There has never been a more pressing time to consider us.

Working in the arts means not fearing our emotions. I've learned that the hard way over the years. In a year fraught with change, uncertainty, and emotion, I've been thinking about crying a lot. The idea of catharsis taught by Aristotle has a component of humanizing tragedy. These days we contemplate humanity every day.

Tears are certain and necessary, though it’s not easy to see anyone cry. To be honest, the last time I cried at work was watching the cast of Newsies tap dance at the top of Act II.

Newsies_Arena_Stage_HR
Courtesy of Arena Stage/Schulman

My family was in the audience and I stood in the back of our Fichandler Stage—as I have done for multiple shows. By that point, I had seen this production many times, but I couldn’t resist another opportunity to see the cast perform “King of New York.” As I watched this epic number with such a prodigious solo performance by Luke Spring, I was moved to tears.

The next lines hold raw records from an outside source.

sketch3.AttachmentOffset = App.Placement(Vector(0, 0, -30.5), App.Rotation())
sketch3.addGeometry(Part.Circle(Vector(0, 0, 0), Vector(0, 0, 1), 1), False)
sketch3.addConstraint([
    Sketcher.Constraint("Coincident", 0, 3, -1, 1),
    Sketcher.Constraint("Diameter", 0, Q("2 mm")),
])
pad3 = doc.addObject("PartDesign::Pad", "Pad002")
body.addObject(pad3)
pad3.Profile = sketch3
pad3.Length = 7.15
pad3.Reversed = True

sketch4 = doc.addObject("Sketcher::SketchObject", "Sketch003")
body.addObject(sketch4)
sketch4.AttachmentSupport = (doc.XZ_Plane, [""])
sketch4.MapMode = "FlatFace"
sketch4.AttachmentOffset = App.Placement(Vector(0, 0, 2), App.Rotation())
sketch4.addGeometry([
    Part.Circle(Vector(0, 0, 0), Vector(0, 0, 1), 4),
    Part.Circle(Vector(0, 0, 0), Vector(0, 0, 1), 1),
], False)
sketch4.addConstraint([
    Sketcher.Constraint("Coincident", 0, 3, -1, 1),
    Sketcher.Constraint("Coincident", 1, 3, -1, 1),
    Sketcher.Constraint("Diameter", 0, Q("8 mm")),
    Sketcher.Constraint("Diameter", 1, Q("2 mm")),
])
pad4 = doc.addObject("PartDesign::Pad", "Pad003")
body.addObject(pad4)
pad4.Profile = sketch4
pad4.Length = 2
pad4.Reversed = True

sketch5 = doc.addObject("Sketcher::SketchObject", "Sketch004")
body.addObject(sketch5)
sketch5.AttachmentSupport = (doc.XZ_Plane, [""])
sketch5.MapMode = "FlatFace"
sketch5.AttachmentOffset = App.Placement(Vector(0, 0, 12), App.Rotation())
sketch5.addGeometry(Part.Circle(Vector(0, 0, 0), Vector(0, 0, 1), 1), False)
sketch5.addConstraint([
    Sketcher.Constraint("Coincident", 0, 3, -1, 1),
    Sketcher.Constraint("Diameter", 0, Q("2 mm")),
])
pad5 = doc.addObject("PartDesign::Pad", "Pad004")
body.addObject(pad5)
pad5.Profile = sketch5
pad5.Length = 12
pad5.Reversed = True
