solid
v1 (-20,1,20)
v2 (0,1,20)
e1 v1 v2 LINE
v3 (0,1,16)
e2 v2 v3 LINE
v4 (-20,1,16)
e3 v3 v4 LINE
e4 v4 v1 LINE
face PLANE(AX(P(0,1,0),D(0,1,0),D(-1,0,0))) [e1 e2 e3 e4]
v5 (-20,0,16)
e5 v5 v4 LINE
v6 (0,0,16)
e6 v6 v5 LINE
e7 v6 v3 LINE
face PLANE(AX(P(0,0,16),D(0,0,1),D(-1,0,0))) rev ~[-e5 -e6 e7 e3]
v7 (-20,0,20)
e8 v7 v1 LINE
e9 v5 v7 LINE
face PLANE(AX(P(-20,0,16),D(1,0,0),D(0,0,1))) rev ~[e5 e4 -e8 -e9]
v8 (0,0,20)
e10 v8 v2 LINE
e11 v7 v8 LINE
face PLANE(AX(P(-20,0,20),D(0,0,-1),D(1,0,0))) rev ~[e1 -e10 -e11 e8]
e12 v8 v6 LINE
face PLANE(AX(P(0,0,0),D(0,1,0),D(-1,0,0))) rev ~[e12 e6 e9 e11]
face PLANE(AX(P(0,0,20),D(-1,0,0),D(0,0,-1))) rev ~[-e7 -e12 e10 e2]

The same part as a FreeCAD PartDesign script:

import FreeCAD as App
import Part
import Sketcher
Q = App.Units.Quantity


def add_polygon(sketch, points):
    """Adds a closed chain of lines whose ends are joined by coincident constraints."""
    first, n = sketch.GeometryCount, len(points)
    for a, b in zip(points, points[1:] + points[:1]):
        sketch.addGeometry(Part.LineSegment(App.Vector(*a, 0), App.Vector(*b, 0)), False)
    for i in range(n):
        sketch.addConstraint(Sketcher.Constraint("Coincident", first + i, 2, first + (i + 1) % n, 1))

doc = App.newDocument("Part")
body = doc.addObject("PartDesign::Body", "Body")

# Sketch on XZ plane
sketch1 = body.newObject("Sketcher::SketchObject", "Sketch")
sketch1.AttachmentSupport = (doc.getObject("XZ_Plane"), [""])
sketch1.MapMode = "FlatFace"
add_polygon(sketch1, [(0, 20), (0, 16), (-20, 16), (-20, 20)])  # lines 0-3
sketch1.addConstraint(Sketcher.Constraint("Vertical", 0))
sketch1.addConstraint(Sketcher.Constraint("Horizontal", 1))
sketch1.addConstraint(Sketcher.Constraint("Vertical", 2))
sketch1.addConstraint(Sketcher.Constraint("Horizontal", 3))
sketch1.addConstraint(Sketcher.Constraint("PointOnObject", 0, 2, -2))
sketch1.addConstraint(Sketcher.Constraint("DistanceX", 1, 2, 1, 1, Q("20 mm")))
sketch1.addConstraint(Sketcher.Constraint("DistanceY", 0, 2, 0, 1, Q("4 mm")))
sketch1.addConstraint(Sketcher.Constraint("DistanceY", -1, 1, 2, 2, Q("20 mm")))
pad1 = body.newObject("PartDesign::Pad", "Pad")
pad1.Profile = sketch1
pad1.Length = 1
pad1.Reversed = True

doc.recompute()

Luke’s tapping was unlike anything I have seen, and I just started tearing up. At exactly that moment, Luke tapped the tap right off of his shoe! My tears stopped as instinct took me backstage to him and Alice Hawfield, Arena’s wardrobe supervisor, as he exited the stage with his toe tap in hand. Imagine their surprise when I showed up.

This repair was beyond a simple fix and my experience. I called master cobbler Don Roderigo Restrepo at Old Town Shoe and Luggage Repair for an emergency repair. He rebuilt the whole shoe by that evening’s performance. Major shoe reconstruction wasn’t exactly what either of us had planned on a Saturday night, but Luke’s performance brought so much joy to so many people I understood it as an imperative.

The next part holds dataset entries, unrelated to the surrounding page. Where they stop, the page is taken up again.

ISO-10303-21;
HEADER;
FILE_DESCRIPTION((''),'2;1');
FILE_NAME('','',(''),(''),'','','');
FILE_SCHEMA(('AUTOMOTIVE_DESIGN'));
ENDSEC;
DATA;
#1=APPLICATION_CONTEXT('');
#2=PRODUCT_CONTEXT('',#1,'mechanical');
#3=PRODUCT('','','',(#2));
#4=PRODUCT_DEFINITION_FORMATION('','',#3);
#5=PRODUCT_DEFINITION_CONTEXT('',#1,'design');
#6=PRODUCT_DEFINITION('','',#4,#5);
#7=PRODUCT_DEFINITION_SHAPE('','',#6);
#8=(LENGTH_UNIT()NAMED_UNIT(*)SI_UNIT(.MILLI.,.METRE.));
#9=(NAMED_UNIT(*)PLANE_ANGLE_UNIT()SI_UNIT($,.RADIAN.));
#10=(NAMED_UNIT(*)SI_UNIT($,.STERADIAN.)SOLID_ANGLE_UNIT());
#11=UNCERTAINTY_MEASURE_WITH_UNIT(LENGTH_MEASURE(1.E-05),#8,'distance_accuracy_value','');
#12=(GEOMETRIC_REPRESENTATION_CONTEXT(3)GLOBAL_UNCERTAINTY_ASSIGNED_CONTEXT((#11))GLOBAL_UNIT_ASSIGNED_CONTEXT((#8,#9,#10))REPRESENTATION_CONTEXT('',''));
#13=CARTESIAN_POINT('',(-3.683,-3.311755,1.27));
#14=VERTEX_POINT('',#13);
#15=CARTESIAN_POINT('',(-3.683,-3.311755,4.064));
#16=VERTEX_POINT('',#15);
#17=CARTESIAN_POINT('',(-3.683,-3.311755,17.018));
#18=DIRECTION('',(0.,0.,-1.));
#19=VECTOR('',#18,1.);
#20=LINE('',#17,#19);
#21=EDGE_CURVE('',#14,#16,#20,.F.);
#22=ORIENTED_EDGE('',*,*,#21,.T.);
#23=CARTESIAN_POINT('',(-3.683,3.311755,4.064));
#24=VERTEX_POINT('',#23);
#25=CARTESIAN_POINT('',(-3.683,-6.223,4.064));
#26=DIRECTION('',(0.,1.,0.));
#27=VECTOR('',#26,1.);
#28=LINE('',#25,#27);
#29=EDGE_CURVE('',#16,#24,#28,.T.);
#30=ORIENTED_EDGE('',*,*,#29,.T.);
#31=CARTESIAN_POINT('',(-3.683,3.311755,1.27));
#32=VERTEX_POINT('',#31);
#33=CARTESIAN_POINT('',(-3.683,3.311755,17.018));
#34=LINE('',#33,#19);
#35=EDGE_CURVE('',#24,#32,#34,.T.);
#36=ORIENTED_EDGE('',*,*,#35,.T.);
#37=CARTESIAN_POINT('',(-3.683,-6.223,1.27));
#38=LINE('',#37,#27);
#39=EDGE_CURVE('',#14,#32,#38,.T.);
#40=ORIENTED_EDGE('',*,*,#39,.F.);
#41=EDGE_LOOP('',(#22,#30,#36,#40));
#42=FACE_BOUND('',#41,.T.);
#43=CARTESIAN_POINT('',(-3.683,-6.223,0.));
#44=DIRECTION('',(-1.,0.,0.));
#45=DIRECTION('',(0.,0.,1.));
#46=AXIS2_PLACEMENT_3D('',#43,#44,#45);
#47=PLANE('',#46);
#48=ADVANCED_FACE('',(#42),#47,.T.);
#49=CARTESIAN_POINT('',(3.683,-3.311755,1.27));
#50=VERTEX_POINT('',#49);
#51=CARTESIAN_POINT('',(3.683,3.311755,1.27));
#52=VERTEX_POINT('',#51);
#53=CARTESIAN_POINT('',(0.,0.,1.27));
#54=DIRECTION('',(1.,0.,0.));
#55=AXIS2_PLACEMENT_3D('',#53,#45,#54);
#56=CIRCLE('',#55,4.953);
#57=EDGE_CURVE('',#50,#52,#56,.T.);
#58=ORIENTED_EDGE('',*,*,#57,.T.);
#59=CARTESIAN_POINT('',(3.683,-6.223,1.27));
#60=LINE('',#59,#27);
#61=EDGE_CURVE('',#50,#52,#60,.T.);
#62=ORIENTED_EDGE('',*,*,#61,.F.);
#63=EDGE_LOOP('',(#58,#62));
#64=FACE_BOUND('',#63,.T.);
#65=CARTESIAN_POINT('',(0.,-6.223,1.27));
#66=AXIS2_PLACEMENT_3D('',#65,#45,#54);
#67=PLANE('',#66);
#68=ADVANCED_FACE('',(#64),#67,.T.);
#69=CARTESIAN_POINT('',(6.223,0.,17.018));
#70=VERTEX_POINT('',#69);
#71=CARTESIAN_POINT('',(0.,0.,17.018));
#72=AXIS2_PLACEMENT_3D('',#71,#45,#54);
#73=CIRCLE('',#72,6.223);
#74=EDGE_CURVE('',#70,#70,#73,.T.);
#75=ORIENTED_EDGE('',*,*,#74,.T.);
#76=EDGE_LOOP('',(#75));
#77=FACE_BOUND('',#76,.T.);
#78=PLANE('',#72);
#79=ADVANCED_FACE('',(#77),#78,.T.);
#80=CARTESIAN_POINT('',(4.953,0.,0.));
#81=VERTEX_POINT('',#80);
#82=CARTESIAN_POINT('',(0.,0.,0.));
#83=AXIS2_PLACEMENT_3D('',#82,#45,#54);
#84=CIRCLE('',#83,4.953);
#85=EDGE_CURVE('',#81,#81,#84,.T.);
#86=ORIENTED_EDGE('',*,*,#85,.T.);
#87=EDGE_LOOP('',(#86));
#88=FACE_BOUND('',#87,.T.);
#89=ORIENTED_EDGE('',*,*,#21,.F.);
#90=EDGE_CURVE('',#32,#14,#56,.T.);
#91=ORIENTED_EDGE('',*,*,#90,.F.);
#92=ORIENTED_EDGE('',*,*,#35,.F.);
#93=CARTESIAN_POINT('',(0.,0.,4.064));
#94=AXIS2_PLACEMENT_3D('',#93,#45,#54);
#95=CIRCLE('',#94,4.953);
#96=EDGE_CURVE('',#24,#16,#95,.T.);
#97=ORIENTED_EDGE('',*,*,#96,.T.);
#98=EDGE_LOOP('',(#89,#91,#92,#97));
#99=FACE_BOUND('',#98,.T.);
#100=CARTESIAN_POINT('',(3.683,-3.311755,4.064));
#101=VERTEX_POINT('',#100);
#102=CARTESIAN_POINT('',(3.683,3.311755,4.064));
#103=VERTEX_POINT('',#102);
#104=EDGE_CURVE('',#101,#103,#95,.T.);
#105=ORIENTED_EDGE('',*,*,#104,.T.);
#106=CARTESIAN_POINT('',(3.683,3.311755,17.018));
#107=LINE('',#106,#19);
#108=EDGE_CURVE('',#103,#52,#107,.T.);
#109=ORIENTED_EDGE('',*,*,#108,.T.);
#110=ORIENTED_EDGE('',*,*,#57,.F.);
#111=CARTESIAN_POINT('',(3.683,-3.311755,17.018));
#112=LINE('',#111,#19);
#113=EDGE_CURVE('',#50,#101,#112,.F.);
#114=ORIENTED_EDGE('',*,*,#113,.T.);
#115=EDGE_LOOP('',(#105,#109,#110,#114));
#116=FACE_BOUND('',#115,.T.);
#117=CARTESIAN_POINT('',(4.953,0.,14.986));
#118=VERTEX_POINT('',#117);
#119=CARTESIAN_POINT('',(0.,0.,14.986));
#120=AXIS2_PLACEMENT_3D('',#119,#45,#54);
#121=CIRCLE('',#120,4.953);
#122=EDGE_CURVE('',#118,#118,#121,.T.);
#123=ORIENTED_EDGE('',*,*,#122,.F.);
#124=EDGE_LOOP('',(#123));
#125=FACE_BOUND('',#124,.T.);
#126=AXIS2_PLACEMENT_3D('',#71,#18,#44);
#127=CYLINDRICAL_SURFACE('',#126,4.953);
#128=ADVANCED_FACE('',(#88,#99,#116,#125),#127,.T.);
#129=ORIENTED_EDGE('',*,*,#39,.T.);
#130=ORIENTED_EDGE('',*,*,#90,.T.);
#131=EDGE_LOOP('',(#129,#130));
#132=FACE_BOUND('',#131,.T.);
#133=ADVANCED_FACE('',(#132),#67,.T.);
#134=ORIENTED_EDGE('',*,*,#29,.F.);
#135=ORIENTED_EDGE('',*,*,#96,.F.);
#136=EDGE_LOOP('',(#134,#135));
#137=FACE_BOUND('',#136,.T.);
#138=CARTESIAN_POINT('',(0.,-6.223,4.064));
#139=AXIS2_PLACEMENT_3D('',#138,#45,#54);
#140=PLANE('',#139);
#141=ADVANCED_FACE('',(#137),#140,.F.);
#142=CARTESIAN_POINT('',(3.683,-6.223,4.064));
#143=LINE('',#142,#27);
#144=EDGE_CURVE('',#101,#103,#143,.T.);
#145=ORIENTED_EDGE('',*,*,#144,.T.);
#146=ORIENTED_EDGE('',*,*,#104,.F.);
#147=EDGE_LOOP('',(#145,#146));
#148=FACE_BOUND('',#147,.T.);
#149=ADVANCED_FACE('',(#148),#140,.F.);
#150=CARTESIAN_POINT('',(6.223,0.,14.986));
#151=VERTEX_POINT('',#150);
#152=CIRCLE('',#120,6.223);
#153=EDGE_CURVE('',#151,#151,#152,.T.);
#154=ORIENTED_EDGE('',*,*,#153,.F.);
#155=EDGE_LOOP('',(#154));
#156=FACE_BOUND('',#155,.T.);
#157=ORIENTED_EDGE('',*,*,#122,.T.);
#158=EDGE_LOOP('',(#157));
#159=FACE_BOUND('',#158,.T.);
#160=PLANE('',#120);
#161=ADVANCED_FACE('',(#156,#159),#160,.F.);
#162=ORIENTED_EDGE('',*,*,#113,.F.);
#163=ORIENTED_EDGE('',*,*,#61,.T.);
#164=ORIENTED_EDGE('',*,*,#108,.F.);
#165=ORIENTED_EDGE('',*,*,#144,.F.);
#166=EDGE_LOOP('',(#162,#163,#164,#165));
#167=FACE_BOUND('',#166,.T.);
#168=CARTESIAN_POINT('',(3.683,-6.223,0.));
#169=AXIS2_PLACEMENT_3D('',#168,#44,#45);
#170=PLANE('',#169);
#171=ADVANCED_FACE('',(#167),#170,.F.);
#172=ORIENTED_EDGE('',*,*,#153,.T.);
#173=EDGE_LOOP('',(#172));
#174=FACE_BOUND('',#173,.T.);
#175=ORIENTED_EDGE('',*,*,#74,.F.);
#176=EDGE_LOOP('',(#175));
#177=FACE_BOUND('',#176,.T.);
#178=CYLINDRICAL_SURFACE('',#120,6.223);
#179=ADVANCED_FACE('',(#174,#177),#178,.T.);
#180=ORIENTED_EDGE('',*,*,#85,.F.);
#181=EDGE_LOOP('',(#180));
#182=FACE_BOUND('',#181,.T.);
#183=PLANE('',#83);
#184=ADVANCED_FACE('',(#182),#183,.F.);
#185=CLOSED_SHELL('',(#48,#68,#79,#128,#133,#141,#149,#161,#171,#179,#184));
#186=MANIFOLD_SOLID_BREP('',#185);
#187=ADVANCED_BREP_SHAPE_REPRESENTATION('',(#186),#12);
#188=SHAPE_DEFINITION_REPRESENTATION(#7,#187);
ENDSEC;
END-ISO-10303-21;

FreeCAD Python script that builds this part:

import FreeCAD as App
import Part
import Sketcher
Q = App.Units.Quantity

doc = App.newDocument("Part")
body = doc.addObject("PartDesign::Body", "Body")

sketch1 = body.newObject("Sketcher::SketchObject", "Sketch")
sketch1.AttachmentSupport = (doc.getObject("XY_Plane"), [""])
sketch1.MapMode = "FlatFace"
sketch1.addGeometry(Part.Circle(App.Vector(0, 0, 0), App.Vector(0, 0, 1), 5), False)
sketch1.addConstraint([
    Sketcher.Constraint("Coincident", 0, 3, -1, 1),
    Sketcher.Constraint("Diameter", 0, Q("0.39 in")),
])
pad1 = body.newObject("PartDesign::Pad", "Pad")
pad1.Profile = sketch1
pad1.Length = Q("0.67 in")

sketch2 = body.newObject("Sketcher::SketchObject", "Sketch001")
sketch2.AttachmentSupport = (doc.getObject("XY_Plane"), [""])
sketch2.MapMode = "FlatFace"
sketch2.AttachmentOffset = App.Placement(App.Vector(0, 0, 0.67 * 25.4), App.Rotation())
sketch2.addGeometry(Part.Circle(App.Vector(0, 0, 0), App.Vector(0, 0, 1), 6), False)
sketch2.addConstraint([
    Sketcher.Constraint("Coincident", 0, 3, -1, 1),
    Sketcher.Constraint("Diameter", 0, Q("0.49 in")),
])
pad2 = body.newObject("PartDesign::Pad", "Pad001")
pad2.Profile = sketch2
pad2.Length = Q("0.08 in")
pad2.Reversed = True

sketch3 = body.newObject("Sketcher::SketchObject", "Sketch002")
sketch3.AttachmentSupport = (doc.getObject("XZ_Plane"), [""])
sketch3.MapMode = "FlatFace"
sketch3.addGeometry([
    Part.LineSegment(App.Vector(3.7, 1.3, 0), App.Vector(3.7, 4.1, 0)),
    Part.LineSegment(App.Vector(3.7, 4.1, 0), App.Vector(5, 4.1, 0)),
    Part.LineSegment(App.Vector(5, 4.1, 0), App.Vector(5, 1.3, 0)),
    Part.LineSegment(App.Vector(5, 1.3, 0), App.Vector(3.7, 1.3, 0)),
    Part.LineSegment(App.Vector(-5, 1.3, 0), App.Vector(-5, 4.1, 0)),
    Part.LineSegment(App.Vector(-5, 4.1, 0), App.Vector(-3.7, 4.1, 0)),
    Part.LineSegment(App.Vector(-3.7, 4.1, 0), App.Vector(-3.7, 1.3, 0)),
    Part.LineSegment(App.Vector(-3.7, 1.3, 0), App.Vector(-5, 1.3, 0)),
], False)
sketch3.addConstraint([
    Sketcher.Constraint("Coincident", 0, 2, 1, 1),
    Sketcher.Constraint("Coincident", 1, 2, 2, 1),
    Sketcher.Constraint("Coincident", 2, 2, 3, 1),
    Sketcher.Constraint("Coincident", 3, 2, 0, 1),
    Sketcher.Constraint("Coincident", 4, 2, 5, 1),
    Sketcher.Constraint("Coincident", 5, 2, 6, 1),
    Sketcher.Constraint("Coincident", 6, 2, 7, 1),
    Sketcher.Constraint("Coincident", 7, 2, 4, 1),
    Sketcher.Constraint("Vertical", 0),
    Sketcher.Constraint("Horizontal", 1),
    Sketcher.Constraint("Vertical", 2),
    Sketcher.Constraint("Horizontal", 3),
    Sketcher.Constraint("Vertical", 4),
    Sketcher.Constraint("Horizontal", 5),
    Sketcher.Constraint("Vertical", 6),
    Sketcher.Constraint("Horizontal", 7),
    Sketcher.Constraint("Symmetric", 1, 2, 4, 2, -2),
    Sketcher.Constraint("Symmetric", 3, 2, 6, 2, -2),
    Sketcher.Constraint("DistanceX", 1, 1, 1, 2, Q("0.05 in")),
    Sketcher.Constraint("DistanceY", 0, 1, 0, 2, Q("0.11 in")),
    Sketcher.Constraint("DistanceY", -1, 1, 0, 2, Q("0.16 in")),
    Sketcher.Constraint("DistanceX", 4, 2, 0, 2, Q("0.34 in")),
])
pocket1 = body.newObject("PartDesign::Pocket", "Pocket")
pocket1.Profile = sketch3
pocket1.Type = "ThroughAll"
pocket1.Midplane = True

doc.recompute()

Community artisans like Don Roderigo have never turned me away. (There have been mornings when I have shown up at his doorstep at 6AM with a laundry basket full of shoes for repair that need to be picked up at 10:15AM for an 11:30AM rehearsal.) He always says yes, just like the folks at Presto Valet who turn around the dry cleaning we drop off at midnight for a delivery the next morning. I’m lucky to be able to rely on local businesses that help us elevate our work.

I will never forget that when I delivered the fresh shoe, Luke’s dressing roommate, Chaz Wolcott, exclaimed "Wow. That healed quick." My reply: “That’s what we do at Arena.”

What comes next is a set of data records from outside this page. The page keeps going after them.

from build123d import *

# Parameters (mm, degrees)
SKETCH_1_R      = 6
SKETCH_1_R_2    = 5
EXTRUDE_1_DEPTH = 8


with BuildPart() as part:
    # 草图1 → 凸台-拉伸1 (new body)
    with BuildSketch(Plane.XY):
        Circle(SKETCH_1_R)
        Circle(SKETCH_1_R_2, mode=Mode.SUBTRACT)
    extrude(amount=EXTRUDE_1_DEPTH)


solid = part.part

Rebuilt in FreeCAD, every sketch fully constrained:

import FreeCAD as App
import Part
import Sketcher
from FreeCAD import Vector

doc = App.newDocument("Part")
body = doc.addObject("PartDesign::Body", "Body")

sketch1 = doc.addObject("Sketcher::SketchObject", "Sketch")
body.addObject(sketch1)
sketch1.AttachmentSupport = (doc.XY_Plane, [""])
sketch1.MapMode = "FlatFace"
sketch1.addGeometry(Part.Circle(Vector(0, 0, 0), Vector(0, 0, 1), 6), False)
sketch1.addGeometry(Part.Circle(Vector(0, 0, 0), Vector(0, 0, 1), 5), False)
sketch1.addConstraint(Sketcher.Constraint("Coincident", 0, 3, -1, 1))
sketch1.addConstraint(Sketcher.Constraint("Coincident", 1, 3, -1, 1))
sketch1.addConstraint(Sketcher.Constraint("Diameter", 0, 12.0))
sketch1.addConstraint(Sketcher.Constraint("Diameter", 1, 10.0))
pad1 = doc.addObject("PartDesign::Pad", "Pad")
body.addObject(pad1)
pad1.Profile = sketch1
pad1.Length = 8

doc.recompute()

We always show up for anyone on our team because they show up for us. People may need us to show up now more than ever. Showing up for each other is something Arena Stage owns. Folks in costumes have been known to show up early as 6AM and stay as late as midnight to keep the artistry running. We have a community of businesses who support us. Audiences show up for us. Even remotely, people have found ways to show up.

I physically showed up to the Mead Center when the world first began to deal with COVID-19. My mission: to collect fabric to make face masks. The costume staff agreed to band together remotely to create hundreds of washable, reusable face masks to donate to the Children's National Hospital System. When I went in to grab fabric to make reusable face masks I was faced with an empty room. It was only sad for a moment. Somehow my spirits brightened immediately when I realized that though the room was empty, the shop would soon be vibrant—not together in person but definitely together in mission.

For every artist finding ways to contribute through the uncertainty, I say bravo! For all the businesses getting creative to help maintain our community, thanks for continuing in that spirit. For the costume staff, I have unending gratitude and respect. My mom and dad would have given me the same advice as always through this very strange, fragile time. My mom always cautioned me: “Bloom where you are planted.” My dad’s wisdom: “It will come and it will go.”

Yes, we need this time to pass more than ever, but how we bloom during this matters in so many ways. As much as anyone else, I need our community to restore. When it does, I’ll keep showing up.